Harb-i Umumi esnasında yalnızca Kürdistan’ın üç vilayetinden Batı illerine tehcir edilen (göçertilen) Kürdler: Erzurum ve çevresinden 287.474 nüfustur, 152.659’u iade olunmuştur; Van ve havalisinden (çevresinden) 202.808 nüfustur, 35.415’i sevk olunmuştur; Bitlis ve çevresinden 128.228 nüfustur, 48.070’i sevk olunmuştur.[1]
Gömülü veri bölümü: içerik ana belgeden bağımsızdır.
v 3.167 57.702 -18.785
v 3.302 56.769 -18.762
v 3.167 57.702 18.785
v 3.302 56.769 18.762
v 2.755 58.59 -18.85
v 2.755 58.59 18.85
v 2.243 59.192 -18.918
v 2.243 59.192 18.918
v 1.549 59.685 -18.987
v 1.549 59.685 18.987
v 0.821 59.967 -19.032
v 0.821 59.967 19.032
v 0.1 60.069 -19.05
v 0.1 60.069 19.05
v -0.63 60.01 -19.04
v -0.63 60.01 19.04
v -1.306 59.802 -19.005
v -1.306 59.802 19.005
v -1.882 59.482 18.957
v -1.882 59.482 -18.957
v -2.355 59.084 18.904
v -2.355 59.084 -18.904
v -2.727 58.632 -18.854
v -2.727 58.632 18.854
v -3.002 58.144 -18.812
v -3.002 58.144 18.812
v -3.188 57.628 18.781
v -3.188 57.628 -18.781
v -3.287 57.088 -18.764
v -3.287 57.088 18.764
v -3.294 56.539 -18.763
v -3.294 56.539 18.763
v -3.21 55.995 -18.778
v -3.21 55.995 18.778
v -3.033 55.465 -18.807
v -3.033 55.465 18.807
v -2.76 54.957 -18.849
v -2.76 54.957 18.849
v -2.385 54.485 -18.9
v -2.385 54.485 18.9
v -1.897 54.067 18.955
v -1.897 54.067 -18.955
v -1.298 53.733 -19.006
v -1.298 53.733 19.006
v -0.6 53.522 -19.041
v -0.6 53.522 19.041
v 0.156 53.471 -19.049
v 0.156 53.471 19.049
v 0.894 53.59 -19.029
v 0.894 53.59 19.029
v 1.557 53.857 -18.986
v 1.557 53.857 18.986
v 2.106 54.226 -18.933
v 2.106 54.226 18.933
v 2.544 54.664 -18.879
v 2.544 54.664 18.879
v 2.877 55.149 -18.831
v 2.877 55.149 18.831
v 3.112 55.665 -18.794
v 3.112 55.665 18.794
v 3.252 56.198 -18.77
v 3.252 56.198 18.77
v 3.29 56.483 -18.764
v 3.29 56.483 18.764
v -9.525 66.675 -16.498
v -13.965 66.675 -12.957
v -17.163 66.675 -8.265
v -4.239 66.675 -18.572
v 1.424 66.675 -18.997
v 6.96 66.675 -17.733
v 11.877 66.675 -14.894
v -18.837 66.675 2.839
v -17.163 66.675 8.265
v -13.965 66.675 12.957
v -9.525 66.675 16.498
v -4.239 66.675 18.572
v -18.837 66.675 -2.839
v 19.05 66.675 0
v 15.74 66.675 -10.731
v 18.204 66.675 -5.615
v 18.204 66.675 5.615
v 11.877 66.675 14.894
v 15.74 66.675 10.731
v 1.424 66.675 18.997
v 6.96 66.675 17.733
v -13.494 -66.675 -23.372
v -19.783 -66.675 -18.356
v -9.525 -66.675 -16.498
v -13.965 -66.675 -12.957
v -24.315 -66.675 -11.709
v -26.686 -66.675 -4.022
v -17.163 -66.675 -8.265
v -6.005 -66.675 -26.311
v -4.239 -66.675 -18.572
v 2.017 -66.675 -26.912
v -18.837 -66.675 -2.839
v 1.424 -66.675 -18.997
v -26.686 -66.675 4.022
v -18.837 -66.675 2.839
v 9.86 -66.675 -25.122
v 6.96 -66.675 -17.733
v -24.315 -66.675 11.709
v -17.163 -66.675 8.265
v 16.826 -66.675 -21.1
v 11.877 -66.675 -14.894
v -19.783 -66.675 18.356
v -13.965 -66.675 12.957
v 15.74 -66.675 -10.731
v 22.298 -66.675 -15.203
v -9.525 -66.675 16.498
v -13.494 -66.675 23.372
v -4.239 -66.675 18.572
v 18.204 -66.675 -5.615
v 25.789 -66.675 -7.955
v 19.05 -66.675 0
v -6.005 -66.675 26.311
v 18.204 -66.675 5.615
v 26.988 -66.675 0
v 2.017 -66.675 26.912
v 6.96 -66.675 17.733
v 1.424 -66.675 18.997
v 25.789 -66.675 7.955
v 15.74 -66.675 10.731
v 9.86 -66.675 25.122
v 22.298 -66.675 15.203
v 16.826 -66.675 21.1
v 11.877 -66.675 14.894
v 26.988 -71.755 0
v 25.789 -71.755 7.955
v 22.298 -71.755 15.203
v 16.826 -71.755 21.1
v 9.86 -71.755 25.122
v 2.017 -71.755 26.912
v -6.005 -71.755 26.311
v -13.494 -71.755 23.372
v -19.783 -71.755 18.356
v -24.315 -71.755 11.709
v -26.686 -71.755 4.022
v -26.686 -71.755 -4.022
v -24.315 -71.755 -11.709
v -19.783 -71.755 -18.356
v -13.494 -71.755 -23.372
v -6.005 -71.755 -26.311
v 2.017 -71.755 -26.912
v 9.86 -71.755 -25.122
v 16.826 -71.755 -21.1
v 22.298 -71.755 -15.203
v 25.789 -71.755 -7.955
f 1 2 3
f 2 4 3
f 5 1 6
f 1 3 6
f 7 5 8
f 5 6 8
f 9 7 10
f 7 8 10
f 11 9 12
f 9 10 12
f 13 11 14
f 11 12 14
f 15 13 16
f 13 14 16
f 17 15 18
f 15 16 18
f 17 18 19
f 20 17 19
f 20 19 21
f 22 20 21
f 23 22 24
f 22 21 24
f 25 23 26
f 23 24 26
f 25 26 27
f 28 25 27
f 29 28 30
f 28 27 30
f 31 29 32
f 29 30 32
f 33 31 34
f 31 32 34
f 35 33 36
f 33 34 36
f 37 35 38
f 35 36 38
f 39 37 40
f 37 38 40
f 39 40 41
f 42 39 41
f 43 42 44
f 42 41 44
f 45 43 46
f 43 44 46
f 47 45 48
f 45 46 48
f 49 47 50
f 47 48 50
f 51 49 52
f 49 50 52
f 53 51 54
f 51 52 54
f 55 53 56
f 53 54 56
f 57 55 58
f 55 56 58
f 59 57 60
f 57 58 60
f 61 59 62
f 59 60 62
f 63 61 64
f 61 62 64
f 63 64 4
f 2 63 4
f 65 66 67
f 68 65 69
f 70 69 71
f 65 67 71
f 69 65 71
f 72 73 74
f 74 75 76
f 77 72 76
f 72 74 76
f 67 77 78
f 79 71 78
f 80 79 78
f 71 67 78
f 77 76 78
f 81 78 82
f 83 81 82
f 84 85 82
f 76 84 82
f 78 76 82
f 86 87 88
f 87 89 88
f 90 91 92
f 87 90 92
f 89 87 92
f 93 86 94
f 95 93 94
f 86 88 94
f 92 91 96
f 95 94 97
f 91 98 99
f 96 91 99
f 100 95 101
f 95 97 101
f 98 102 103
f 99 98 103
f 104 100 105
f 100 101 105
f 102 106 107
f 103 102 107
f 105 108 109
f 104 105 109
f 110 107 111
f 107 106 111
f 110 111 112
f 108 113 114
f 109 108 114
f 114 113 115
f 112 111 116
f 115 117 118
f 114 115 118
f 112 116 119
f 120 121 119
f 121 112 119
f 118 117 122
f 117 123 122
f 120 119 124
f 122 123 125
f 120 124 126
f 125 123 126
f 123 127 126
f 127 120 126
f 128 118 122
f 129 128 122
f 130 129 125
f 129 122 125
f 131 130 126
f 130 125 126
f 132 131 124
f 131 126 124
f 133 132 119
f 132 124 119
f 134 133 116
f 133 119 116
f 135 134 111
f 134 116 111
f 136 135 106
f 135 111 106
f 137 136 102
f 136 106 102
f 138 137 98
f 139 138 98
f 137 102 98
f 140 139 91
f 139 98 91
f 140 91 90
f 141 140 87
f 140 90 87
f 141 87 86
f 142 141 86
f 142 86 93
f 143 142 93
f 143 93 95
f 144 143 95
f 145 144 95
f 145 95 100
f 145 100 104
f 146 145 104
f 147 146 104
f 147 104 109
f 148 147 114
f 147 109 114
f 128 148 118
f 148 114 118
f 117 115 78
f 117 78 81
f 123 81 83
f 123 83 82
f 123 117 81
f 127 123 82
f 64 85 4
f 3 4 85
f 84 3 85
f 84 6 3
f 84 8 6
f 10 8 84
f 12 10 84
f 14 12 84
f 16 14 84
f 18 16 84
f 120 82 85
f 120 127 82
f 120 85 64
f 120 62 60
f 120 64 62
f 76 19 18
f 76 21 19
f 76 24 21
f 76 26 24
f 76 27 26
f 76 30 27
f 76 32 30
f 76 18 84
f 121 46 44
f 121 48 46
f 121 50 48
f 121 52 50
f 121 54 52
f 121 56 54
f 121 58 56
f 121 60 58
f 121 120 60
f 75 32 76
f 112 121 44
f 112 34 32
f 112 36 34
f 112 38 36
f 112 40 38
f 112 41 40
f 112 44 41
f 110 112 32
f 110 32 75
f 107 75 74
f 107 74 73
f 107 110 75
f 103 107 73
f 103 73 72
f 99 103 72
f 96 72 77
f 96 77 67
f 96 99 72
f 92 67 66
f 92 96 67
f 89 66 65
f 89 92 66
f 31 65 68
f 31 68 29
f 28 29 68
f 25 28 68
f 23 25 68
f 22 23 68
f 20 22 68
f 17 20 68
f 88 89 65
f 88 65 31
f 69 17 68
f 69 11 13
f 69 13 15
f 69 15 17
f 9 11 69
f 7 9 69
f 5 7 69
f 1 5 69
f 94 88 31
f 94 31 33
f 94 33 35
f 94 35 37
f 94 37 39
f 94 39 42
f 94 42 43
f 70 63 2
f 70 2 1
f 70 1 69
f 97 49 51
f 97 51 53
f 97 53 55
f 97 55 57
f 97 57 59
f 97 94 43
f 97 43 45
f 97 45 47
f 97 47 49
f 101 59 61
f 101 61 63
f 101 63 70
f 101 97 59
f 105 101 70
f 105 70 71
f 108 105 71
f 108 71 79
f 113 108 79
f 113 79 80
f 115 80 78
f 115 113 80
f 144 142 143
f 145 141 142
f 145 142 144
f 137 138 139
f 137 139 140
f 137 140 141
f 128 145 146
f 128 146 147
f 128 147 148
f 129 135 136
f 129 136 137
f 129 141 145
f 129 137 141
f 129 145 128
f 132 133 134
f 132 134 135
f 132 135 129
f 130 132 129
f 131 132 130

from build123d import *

# Parameters (mm, degrees)
F0_R     = 19.05
F1_DEPTH = 66.675
F2_R     = 26.9875
F3_DEPTH = 5.08
F4_R     = 3.302
F5_DEPTH = 38.1


with BuildPart() as f1:
    # F0 (on Front) → F1 (new body, symmetric)
    with BuildSketch(Plane.XZ):
        Circle(F0_R)
    extrude(amount=F1_DEPTH, both=True)

    # F2 (on face) → F3 (join)
    with BuildSketch(Plane.XZ.offset(66.675)):
        Circle(F2_R)
    extrude(amount=F3_DEPTH)

    # F4 (on Top) → F5 (cut, symmetric)
    with BuildSketch(Plane.XY):
        with Locations((0, 56.769)):
            Circle(F4_R)
    extrude(amount=F5_DEPTH, both=True, mode=Mode.SUBTRACT)


solid = f1.part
Tasvir-i Efkâr gazetesinde yayımlanan verilere göre ise:

Erzurum muhacirleri: Resmi istatistikte Erzurum vilayetinin savaştan önceki Müslüman nüfusu 704.573 olarak gösterilmektedir. Gördükleri tazyik (baskı) üzerine sair (diğer) vilayetlere göç edenlerin miktarı 448.277’dir. 207.105 nüfus zayi olmuştur. Bugün hükümetin lütuf ve yardımını bekleyenler, memleketlerine avdet (dönme) temennisinde bulunanlar da 282.601’e ulaşmaktadır. Harpten ve iltica yüzünden Erzurum vilayeti nüfus itibarıyla %29’unu kaybetmiştir.

Bitlis muhacirleri: Bitlis vilayetinin Müslüman nüfusu, harpten önce 361.615 iken, 203.131 Müslüman dahile (iç taraflara) iltica etmiş, bugün 144.647 bedbaht (bahtsız kişiler) memleketlerine dönebilmeyi beklemekte olup “108.484” kişi de iltica esnasında mahv ve helak olmuştur.

Van muhacirleri: Van vilayetinden iltica edenlerden 108.000 kişi mahvolmuş, 100.000 nüfus da bugün vilayet dahilinde muvakkaten meskûn olmakta bulunmuştur. Van’ın istatistikinde savaştan önce Müslüman nüfusu ise 308.000 olarak kaydedilmiştir.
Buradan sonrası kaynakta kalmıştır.